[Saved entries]
■ ■ ■ ■ ■ ■ ■

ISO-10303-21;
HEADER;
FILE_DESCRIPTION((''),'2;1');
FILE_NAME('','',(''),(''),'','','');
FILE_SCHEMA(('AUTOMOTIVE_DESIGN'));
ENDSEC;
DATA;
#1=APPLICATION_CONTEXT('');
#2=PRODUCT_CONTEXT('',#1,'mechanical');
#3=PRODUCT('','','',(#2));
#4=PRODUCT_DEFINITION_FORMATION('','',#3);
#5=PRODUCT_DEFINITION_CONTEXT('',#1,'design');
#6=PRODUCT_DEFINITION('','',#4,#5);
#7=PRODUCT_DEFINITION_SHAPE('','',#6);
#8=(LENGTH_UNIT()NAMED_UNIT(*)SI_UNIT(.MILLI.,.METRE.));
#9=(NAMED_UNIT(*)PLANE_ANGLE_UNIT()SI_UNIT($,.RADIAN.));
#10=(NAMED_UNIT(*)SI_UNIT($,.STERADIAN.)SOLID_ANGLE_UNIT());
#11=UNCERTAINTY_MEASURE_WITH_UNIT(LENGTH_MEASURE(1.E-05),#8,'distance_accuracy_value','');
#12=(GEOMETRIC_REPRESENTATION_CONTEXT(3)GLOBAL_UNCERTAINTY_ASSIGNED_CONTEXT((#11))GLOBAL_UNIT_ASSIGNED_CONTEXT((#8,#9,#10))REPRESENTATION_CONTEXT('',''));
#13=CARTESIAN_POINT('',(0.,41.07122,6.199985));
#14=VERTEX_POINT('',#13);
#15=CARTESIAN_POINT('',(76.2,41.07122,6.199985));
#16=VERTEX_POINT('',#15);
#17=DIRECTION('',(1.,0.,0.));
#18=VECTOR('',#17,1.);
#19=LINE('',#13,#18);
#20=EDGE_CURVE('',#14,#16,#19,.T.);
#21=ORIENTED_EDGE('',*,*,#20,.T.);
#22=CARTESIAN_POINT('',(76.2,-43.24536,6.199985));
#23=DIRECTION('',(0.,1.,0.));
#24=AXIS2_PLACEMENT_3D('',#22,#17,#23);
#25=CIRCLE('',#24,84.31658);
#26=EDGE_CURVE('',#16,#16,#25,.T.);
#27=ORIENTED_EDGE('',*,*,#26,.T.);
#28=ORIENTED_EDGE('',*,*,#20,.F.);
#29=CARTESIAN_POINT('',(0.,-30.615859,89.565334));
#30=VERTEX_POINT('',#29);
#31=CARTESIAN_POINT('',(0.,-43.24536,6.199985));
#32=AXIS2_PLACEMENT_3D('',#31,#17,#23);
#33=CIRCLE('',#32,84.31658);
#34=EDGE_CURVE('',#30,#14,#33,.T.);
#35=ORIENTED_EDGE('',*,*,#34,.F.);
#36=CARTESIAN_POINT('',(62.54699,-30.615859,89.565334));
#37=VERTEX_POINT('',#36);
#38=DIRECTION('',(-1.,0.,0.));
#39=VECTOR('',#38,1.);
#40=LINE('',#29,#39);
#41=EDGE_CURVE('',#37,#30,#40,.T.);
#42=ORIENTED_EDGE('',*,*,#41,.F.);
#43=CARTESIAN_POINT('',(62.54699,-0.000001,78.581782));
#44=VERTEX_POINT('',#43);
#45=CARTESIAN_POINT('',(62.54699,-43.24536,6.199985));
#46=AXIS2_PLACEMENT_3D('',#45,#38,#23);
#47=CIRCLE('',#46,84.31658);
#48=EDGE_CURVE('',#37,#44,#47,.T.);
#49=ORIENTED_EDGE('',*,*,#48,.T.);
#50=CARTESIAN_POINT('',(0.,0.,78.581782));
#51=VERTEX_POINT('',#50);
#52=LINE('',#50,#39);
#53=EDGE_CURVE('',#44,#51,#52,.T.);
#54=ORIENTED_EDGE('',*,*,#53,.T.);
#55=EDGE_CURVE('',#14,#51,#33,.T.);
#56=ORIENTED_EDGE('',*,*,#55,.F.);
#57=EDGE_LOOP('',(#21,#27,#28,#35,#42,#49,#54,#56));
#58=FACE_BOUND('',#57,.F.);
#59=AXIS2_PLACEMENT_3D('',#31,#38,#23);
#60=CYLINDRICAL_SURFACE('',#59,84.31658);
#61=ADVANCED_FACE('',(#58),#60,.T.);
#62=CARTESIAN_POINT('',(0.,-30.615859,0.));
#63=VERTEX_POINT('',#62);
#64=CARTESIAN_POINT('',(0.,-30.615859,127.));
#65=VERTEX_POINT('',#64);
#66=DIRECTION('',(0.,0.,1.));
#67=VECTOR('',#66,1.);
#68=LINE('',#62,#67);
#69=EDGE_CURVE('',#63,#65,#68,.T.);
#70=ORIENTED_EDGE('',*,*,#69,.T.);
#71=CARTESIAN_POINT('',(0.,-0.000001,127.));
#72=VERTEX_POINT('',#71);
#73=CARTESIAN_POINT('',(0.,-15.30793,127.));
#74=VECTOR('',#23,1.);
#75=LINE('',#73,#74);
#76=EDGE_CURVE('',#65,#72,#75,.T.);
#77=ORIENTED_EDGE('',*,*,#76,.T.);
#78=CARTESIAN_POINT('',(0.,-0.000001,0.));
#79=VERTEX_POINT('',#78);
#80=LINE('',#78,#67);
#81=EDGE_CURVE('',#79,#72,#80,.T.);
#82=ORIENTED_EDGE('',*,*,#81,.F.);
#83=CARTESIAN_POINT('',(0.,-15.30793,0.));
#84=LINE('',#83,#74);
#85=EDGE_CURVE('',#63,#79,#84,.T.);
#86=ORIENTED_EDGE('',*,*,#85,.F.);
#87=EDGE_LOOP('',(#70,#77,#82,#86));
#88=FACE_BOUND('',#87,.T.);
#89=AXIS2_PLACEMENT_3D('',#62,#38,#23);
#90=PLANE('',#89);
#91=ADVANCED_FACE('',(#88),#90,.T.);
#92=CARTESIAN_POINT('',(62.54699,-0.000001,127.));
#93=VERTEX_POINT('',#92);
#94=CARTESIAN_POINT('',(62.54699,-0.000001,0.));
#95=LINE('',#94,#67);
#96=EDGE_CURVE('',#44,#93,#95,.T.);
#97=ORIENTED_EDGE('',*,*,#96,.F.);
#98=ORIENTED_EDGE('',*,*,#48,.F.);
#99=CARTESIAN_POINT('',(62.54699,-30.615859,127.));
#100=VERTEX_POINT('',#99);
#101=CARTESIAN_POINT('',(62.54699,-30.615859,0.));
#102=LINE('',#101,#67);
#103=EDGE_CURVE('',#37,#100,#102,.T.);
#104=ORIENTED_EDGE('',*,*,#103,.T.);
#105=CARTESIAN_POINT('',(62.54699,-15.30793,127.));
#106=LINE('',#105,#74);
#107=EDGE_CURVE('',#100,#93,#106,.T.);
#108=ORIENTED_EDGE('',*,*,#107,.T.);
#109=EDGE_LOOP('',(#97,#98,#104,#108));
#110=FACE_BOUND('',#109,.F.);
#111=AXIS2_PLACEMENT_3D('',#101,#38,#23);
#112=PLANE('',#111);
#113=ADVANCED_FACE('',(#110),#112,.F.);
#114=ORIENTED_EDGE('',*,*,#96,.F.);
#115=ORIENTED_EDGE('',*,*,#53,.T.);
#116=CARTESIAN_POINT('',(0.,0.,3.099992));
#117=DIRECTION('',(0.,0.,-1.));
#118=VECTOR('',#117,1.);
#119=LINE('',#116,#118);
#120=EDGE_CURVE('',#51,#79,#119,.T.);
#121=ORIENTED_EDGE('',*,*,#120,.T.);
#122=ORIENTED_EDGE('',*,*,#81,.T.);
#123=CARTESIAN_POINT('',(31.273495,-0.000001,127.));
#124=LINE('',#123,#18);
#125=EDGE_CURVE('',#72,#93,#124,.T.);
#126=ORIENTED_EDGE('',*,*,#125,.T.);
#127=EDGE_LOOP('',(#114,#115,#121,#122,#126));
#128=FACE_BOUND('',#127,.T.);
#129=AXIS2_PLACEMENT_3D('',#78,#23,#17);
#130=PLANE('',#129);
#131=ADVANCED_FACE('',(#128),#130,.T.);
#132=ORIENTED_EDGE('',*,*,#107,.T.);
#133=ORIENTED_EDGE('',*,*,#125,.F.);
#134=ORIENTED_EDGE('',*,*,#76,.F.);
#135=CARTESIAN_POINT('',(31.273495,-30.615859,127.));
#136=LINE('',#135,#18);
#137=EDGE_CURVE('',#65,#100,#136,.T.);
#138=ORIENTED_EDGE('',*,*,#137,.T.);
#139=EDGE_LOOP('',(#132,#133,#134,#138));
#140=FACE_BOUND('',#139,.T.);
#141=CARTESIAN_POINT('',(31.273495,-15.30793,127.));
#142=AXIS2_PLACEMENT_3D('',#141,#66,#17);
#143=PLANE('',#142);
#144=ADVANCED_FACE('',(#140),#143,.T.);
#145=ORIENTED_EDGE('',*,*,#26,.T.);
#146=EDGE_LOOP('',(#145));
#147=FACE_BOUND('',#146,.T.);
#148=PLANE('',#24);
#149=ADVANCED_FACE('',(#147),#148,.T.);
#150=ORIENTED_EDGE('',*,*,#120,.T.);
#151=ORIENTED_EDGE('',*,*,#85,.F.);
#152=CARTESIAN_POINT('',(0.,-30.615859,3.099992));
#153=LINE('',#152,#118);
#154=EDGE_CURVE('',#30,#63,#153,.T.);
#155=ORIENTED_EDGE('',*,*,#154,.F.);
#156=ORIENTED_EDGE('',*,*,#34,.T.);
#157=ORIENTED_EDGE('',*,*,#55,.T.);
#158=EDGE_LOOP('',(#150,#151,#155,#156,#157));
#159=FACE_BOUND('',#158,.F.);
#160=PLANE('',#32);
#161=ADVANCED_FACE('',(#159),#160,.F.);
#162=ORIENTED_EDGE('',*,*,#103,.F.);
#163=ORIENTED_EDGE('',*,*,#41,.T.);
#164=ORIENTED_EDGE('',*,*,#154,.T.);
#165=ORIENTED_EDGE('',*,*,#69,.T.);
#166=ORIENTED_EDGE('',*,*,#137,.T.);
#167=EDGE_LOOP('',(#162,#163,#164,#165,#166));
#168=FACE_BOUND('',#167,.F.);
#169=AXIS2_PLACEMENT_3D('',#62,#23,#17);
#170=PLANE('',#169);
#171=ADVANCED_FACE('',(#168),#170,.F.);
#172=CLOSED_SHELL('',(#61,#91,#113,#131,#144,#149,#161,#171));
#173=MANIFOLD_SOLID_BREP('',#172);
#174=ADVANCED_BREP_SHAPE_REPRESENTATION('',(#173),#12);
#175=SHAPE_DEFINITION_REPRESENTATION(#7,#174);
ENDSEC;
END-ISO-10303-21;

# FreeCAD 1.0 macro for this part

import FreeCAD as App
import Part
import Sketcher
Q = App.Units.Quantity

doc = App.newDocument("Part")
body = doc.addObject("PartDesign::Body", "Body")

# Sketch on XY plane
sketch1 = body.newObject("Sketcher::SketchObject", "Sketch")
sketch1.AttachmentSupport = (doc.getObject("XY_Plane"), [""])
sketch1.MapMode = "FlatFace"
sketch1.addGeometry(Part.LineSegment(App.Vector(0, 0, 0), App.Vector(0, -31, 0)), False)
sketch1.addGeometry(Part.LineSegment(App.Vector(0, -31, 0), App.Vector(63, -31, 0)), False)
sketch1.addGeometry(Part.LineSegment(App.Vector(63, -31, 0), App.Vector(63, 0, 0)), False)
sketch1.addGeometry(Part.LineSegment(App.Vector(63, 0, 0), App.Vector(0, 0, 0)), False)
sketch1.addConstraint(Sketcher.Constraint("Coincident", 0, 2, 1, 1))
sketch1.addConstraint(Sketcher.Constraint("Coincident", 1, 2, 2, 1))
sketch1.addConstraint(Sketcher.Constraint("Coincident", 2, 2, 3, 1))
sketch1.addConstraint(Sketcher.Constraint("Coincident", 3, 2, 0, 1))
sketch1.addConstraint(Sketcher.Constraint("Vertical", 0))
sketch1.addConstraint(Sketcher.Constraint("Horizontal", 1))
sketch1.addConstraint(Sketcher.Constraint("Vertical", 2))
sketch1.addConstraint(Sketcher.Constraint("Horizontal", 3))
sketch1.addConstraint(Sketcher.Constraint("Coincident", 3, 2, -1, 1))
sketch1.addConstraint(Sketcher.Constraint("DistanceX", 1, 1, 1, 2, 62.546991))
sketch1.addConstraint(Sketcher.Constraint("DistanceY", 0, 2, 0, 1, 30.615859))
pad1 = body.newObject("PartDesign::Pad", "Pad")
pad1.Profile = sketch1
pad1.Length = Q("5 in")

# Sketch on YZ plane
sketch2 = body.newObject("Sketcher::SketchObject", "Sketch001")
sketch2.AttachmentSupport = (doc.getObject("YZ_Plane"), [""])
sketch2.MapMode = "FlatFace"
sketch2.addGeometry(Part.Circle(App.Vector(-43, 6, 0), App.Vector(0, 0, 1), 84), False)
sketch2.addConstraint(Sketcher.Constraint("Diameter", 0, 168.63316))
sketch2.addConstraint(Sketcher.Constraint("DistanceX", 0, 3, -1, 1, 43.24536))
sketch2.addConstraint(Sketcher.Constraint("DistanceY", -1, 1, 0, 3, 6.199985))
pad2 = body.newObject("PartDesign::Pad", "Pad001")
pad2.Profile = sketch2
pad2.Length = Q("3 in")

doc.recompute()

■ ■ ■ ■ ■ ■ ■

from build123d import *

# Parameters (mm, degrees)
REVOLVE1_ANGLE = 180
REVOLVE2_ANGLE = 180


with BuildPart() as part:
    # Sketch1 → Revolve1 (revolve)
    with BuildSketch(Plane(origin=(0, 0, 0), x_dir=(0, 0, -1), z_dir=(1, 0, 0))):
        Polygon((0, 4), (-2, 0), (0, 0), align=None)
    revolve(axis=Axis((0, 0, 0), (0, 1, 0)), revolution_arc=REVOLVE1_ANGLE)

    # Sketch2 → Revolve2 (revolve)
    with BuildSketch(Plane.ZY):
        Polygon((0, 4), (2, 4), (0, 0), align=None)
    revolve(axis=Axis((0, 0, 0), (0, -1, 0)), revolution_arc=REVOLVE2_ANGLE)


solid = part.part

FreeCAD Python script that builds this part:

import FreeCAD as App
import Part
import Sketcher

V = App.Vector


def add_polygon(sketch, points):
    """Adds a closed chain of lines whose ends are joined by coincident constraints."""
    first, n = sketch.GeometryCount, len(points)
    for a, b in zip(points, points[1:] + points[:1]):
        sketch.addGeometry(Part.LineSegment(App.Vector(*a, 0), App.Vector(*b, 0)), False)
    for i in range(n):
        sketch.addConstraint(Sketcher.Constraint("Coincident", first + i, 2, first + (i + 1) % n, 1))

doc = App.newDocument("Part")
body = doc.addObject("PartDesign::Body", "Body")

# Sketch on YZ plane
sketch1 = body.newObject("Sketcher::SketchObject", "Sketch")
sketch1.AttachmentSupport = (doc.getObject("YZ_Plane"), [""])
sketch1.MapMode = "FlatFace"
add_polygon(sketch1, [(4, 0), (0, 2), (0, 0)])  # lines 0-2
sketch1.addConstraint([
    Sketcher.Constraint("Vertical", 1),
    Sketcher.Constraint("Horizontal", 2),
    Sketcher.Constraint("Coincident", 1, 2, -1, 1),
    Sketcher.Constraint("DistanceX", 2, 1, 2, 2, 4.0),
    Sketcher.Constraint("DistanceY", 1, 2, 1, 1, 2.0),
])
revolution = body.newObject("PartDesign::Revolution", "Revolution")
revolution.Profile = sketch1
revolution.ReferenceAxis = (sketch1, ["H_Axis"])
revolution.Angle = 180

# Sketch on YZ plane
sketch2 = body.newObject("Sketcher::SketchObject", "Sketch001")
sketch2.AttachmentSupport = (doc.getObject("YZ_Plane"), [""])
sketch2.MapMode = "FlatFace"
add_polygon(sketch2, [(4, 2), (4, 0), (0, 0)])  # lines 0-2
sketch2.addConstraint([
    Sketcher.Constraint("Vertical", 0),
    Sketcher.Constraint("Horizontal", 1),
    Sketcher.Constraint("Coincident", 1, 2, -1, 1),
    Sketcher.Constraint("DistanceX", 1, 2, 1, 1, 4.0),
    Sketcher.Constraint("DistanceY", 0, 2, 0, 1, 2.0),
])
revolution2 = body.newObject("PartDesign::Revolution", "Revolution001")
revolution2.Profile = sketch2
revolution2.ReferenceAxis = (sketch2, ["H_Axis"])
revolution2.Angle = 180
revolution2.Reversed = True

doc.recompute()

■ ■ ■ ■ ■ ■ ■

* _About this task_: From the entries above, return exactly the line containing "#65=VERTEX_POINT('',#64);", the line containing "#120=EDGE_CURVE('',#51,#79,#119,.T.);", and all lines between, and nothing else.

* _Your response_:
#65=VERTEX_POINT('',#64);
#66=DIRECTION('',(0.,0.,1.));
#67=VECTOR('',#66,1.);
#68=LINE('',#62,#67);
#69=EDGE_CURVE('',#63,#65,#68,.T.);
#70=ORIENTED_EDGE('',*,*,#69,.T.);
#71=CARTESIAN_POINT('',(0.,-0.000001,127.));
#72=VERTEX_POINT('',#71);
#73=CARTESIAN_POINT('',(0.,-15.30793,127.));
#74=VECTOR('',#23,1.);
#75=LINE('',#73,#74);
#76=EDGE_CURVE('',#65,#72,#75,.T.);
#77=ORIENTED_EDGE('',*,*,#76,.T.);
#78=CARTESIAN_POINT('',(0.,-0.000001,0.));
#79=VERTEX_POINT('',#78);
#80=LINE('',#78,#67);
#81=EDGE_CURVE('',#79,#72,#80,.T.);
#82=ORIENTED_EDGE('',*,*,#81,.F.);
#83=CARTESIAN_POINT('',(0.,-15.30793,0.));
#84=LINE('',#83,#74);
#85=EDGE_CURVE('',#63,#79,#84,.T.);
#86=ORIENTED_EDGE('',*,*,#85,.F.);
#87=EDGE_LOOP('',(#70,#77,#82,#86));
#88=FACE_BOUND('',#87,.T.);
#89=AXIS2_PLACEMENT_3D('',#62,#38,#23);
#90=PLANE('',#89);
#91=ADVANCED_FACE('',(#88),#90,.T.);
#92=CARTESIAN_POINT('',(62.54699,-0.000001,127.));
#93=VERTEX_POINT('',#92);
#94=CARTESIAN_POINT('',(62.54699,-0.000001,0.));
#95=LINE('',#94,#67);
#96=EDGE_CURVE('',#44,#93,#95,.T.);
#97=ORIENTED_EDGE('',*,*,#96,.F.);
#98=ORIENTED_EDGE('',*,*,#48,.F.);
#99=CARTESIAN_POINT('',(62.54699,-30.615859,127.));
#100=VERTEX_POINT('',#99);
#101=CARTESIAN_POINT('',(62.54699,-30.615859,0.));
#102=LINE('',#101,#67);
#103=EDGE_CURVE('',#37,#100,#102,.T.);
#104=ORIENTED_EDGE('',*,*,#103,.T.);
#105=CARTESIAN_POINT('',(62.54699,-15.30793,127.));
#106=LINE('',#105,#74);
#107=EDGE_CURVE('',#100,#93,#106,.T.);
#108=ORIENTED_EDGE('',*,*,#107,.T.);
#109=EDGE_LOOP('',(#97,#98,#104,#108));
#110=FACE_BOUND('',#109,.F.);
#111=AXIS2_PLACEMENT_3D('',#101,#38,#23);
#112=PLANE('',#111);
#113=ADVANCED_FACE('',(#110),#112,.F.);
#114=ORIENTED_EDGE('',*,*,#96,.F.);
#115=ORIENTED_EDGE('',*,*,#53,.T.);
#116=CARTESIAN_POINT('',(0.,0.,3.099992));
#117=DIRECTION('',(0.,0.,-1.));
#118=VECTOR('',#117,1.);
#119=LINE('',#116,#118);
#120=EDGE_CURVE('',#51,#79,#119,.T.);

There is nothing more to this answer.